## EXERCISE
Every line below between the one holding "# F2 (on face) → F3 (cut, through all)" and the one holding "solid = f1.part", inclusive, should be copied exactly, and no other line.

## INFORMATION PROVIDED
· · ·

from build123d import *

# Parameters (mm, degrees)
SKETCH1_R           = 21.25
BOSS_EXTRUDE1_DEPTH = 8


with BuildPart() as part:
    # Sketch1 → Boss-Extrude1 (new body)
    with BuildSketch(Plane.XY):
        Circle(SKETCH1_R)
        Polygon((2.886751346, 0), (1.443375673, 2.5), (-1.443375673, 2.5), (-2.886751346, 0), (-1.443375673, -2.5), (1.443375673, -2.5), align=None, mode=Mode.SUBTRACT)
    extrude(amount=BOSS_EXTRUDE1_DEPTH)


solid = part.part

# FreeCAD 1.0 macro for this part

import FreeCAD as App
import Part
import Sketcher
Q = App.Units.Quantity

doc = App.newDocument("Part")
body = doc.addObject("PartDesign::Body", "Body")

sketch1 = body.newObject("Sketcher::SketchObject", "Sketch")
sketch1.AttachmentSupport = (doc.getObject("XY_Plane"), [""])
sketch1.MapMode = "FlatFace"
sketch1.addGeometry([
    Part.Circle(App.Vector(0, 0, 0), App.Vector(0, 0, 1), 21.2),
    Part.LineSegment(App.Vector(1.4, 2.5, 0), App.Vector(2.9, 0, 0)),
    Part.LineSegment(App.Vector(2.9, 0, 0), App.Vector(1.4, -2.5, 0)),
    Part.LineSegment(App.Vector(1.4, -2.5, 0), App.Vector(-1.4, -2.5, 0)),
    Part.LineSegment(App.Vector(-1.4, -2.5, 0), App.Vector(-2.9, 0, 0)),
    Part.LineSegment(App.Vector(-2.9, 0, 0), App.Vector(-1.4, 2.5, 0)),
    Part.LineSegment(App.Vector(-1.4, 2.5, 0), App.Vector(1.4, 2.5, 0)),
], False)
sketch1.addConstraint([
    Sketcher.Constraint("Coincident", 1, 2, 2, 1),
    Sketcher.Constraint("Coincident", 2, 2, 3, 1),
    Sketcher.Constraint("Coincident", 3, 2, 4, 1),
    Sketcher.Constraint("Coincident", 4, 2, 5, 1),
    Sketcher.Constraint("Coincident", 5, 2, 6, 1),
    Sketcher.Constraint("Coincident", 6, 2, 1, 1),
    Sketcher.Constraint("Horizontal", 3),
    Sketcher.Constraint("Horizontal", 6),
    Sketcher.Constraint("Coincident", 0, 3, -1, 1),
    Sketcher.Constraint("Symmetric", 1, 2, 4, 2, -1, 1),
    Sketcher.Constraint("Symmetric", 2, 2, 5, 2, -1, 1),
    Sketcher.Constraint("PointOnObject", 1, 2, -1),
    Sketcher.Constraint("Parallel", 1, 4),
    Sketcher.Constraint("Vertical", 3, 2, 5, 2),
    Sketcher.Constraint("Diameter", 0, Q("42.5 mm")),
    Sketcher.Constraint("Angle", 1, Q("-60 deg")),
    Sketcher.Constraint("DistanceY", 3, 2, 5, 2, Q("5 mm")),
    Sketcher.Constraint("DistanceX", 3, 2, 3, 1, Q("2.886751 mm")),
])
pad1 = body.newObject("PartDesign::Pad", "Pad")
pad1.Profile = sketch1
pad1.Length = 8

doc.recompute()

· · ·

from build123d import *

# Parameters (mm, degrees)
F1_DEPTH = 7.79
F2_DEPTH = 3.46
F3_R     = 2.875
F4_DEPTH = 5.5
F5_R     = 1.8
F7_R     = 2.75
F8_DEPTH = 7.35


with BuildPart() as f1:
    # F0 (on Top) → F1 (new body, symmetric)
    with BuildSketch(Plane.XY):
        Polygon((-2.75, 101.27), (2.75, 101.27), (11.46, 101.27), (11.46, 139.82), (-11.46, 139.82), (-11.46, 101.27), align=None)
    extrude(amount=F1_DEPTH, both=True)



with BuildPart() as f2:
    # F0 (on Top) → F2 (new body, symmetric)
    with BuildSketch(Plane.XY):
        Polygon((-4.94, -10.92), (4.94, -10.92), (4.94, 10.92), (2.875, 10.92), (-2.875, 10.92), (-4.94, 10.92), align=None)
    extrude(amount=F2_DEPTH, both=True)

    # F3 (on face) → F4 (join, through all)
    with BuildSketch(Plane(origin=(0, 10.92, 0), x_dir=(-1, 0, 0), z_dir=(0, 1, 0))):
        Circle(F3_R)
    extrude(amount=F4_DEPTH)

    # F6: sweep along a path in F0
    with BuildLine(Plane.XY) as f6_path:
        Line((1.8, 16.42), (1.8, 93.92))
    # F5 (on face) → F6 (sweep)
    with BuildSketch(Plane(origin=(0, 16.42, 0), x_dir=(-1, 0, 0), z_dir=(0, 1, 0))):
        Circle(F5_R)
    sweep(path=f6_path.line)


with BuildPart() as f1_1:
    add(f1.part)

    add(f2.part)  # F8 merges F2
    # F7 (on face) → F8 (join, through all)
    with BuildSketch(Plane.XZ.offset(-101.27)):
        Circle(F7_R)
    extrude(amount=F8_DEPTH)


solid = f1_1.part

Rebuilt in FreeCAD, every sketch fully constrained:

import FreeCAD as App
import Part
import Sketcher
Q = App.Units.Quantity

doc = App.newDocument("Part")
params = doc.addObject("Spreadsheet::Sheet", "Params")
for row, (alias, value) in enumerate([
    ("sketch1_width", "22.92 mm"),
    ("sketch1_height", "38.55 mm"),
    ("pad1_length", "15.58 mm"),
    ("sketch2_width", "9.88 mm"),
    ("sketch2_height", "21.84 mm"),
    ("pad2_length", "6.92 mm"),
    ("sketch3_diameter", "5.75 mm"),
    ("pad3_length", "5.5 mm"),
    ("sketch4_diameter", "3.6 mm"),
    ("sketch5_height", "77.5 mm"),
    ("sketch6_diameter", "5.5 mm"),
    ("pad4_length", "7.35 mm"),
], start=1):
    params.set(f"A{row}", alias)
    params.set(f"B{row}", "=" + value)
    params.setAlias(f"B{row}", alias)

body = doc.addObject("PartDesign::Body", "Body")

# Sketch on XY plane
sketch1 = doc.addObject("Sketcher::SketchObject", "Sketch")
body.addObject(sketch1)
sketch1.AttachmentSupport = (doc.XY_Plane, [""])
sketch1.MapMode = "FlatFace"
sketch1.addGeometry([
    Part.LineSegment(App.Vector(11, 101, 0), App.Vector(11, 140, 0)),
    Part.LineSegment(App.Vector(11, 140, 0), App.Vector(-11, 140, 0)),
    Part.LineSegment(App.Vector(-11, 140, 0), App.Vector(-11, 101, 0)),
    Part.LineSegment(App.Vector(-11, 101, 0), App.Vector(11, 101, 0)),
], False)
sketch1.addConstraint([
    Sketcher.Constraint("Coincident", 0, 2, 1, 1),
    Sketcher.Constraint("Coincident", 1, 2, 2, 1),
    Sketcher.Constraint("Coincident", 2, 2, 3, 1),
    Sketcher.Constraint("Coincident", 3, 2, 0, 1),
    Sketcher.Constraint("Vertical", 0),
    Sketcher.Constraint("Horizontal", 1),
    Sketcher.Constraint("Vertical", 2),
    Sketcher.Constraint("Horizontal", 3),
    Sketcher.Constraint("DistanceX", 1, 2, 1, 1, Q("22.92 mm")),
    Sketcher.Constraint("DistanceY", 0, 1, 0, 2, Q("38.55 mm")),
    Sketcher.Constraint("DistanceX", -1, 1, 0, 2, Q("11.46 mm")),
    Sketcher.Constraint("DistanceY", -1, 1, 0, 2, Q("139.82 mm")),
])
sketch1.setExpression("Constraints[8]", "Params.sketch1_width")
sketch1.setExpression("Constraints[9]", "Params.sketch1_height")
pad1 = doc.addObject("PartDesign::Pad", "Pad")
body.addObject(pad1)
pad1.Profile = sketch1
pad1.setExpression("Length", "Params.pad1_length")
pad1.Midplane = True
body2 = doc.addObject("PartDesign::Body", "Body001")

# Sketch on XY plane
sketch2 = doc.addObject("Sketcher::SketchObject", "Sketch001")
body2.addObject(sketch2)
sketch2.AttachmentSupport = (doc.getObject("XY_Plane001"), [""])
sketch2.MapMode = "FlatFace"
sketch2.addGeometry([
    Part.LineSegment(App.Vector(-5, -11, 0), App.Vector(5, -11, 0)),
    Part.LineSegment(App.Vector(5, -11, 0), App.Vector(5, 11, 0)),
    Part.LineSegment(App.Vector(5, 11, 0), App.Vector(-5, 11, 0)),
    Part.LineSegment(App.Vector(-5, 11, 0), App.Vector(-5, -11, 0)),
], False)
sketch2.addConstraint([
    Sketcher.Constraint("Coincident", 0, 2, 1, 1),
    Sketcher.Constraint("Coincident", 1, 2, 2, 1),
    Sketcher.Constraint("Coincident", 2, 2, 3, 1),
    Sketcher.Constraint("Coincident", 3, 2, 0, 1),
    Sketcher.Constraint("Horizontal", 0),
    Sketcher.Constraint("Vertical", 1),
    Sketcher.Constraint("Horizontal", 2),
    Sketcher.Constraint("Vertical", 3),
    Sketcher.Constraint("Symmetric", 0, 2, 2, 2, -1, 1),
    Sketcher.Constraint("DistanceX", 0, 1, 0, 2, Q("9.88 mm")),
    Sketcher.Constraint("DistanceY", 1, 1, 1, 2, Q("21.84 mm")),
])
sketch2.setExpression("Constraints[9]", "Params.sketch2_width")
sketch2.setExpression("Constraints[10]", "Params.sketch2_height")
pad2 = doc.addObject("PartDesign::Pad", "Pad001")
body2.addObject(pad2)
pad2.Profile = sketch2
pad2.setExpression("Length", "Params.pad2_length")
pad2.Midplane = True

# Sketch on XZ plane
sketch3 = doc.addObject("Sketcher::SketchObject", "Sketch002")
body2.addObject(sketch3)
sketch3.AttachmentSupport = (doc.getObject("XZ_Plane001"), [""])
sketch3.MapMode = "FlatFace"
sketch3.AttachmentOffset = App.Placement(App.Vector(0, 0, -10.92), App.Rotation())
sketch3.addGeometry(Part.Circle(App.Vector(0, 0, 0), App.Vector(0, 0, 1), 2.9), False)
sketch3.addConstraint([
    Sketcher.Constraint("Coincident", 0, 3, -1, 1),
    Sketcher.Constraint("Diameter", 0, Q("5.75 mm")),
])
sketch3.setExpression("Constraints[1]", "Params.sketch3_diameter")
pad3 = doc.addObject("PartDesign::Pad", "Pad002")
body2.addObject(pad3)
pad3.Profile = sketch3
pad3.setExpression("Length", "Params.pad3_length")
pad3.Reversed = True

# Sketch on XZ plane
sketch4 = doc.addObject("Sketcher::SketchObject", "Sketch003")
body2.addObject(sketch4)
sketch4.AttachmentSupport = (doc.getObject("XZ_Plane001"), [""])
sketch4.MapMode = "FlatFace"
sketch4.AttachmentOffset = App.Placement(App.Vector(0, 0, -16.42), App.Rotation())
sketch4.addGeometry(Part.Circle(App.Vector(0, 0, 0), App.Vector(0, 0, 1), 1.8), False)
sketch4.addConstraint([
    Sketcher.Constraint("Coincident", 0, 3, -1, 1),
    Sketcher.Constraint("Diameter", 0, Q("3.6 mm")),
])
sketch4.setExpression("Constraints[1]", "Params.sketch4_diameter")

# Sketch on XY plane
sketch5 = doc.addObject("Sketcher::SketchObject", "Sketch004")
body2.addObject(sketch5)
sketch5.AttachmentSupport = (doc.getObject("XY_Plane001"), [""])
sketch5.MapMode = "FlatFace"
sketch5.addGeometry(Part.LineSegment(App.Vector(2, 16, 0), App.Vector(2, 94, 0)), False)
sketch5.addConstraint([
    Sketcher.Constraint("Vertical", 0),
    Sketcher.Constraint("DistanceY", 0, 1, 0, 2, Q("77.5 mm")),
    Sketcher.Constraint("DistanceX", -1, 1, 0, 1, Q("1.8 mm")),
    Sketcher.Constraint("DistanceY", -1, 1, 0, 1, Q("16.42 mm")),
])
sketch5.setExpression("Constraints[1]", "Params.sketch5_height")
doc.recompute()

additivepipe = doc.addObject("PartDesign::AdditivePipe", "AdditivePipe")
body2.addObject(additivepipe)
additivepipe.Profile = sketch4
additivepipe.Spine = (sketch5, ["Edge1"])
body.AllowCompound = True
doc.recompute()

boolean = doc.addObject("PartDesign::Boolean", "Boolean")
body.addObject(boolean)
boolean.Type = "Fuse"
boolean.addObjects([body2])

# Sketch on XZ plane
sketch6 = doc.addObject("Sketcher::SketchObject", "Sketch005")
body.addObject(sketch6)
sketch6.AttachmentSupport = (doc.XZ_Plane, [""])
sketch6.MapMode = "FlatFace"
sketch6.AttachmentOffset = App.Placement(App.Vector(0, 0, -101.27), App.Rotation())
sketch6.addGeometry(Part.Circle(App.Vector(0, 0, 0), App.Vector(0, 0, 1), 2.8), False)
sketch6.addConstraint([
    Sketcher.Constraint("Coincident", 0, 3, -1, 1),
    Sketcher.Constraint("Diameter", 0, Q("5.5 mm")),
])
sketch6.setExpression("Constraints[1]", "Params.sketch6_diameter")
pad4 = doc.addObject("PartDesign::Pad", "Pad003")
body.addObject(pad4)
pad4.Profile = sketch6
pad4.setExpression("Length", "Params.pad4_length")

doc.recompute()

· · ·

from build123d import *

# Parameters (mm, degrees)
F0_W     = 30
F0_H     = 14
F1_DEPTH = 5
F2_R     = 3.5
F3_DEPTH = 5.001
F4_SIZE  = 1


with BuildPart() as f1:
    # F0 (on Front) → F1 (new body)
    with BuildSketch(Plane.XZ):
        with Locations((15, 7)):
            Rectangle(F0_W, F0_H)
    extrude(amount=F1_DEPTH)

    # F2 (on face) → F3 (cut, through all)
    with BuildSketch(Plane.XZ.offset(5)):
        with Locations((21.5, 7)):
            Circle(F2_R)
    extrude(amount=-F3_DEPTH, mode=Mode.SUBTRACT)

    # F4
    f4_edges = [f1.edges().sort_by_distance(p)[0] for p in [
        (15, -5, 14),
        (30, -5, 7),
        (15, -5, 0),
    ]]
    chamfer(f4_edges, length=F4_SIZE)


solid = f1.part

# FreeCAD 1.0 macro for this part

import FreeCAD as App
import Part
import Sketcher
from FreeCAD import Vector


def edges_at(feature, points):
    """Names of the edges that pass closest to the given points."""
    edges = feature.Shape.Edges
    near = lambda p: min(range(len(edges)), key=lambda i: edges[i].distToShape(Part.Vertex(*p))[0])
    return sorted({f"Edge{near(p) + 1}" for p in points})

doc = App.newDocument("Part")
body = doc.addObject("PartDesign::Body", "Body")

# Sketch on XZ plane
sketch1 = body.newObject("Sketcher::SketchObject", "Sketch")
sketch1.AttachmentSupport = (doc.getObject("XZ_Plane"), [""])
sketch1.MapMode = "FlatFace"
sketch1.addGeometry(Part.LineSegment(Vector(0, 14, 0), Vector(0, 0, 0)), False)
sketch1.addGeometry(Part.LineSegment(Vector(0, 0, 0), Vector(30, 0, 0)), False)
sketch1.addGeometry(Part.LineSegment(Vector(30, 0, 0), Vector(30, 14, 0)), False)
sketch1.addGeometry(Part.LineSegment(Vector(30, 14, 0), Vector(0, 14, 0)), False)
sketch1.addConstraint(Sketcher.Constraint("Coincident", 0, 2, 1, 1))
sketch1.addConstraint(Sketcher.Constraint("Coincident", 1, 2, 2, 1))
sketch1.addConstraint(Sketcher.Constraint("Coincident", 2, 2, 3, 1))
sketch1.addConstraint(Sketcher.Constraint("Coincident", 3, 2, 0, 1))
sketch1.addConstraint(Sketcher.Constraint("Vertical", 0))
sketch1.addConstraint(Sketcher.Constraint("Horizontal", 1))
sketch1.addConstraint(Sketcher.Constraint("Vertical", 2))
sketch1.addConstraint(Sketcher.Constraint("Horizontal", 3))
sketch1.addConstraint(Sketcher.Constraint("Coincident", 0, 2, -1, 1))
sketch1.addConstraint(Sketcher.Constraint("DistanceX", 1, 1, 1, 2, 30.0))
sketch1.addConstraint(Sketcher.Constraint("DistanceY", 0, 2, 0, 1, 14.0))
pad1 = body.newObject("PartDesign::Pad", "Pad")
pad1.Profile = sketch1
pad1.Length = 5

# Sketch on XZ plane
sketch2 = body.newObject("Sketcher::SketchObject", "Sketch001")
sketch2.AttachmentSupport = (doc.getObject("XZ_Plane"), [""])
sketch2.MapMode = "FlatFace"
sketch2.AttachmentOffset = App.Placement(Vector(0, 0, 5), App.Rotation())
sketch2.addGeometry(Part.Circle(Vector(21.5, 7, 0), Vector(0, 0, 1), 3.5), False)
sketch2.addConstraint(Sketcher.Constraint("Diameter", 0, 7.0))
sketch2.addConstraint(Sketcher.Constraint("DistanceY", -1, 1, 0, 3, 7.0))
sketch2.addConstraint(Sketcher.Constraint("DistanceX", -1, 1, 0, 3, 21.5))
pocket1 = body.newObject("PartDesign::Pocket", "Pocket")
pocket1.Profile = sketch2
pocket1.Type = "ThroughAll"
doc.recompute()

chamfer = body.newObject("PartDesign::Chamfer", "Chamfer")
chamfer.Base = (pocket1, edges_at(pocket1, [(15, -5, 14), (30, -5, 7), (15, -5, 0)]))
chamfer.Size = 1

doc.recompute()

· · ·

## WRITTEN SOLUTION
    # F2 (on face) → F3 (cut, through all)
    with BuildSketch(Plane.XZ.offset(5)):
        with Locations((21.5, 7)):
            Circle(F2_R)
    extrude(amount=-F3_DEPTH, mode=Mode.SUBTRACT)

    # F4
    f4_edges = [f1.edges().sort_by_distance(p)[0] for p in [
        (15, -5, 14),
        (30, -5, 7),
        (15, -5, 0),
    ]]
    chamfer(f4_edges, length=F4_SIZE)


solid = f1.part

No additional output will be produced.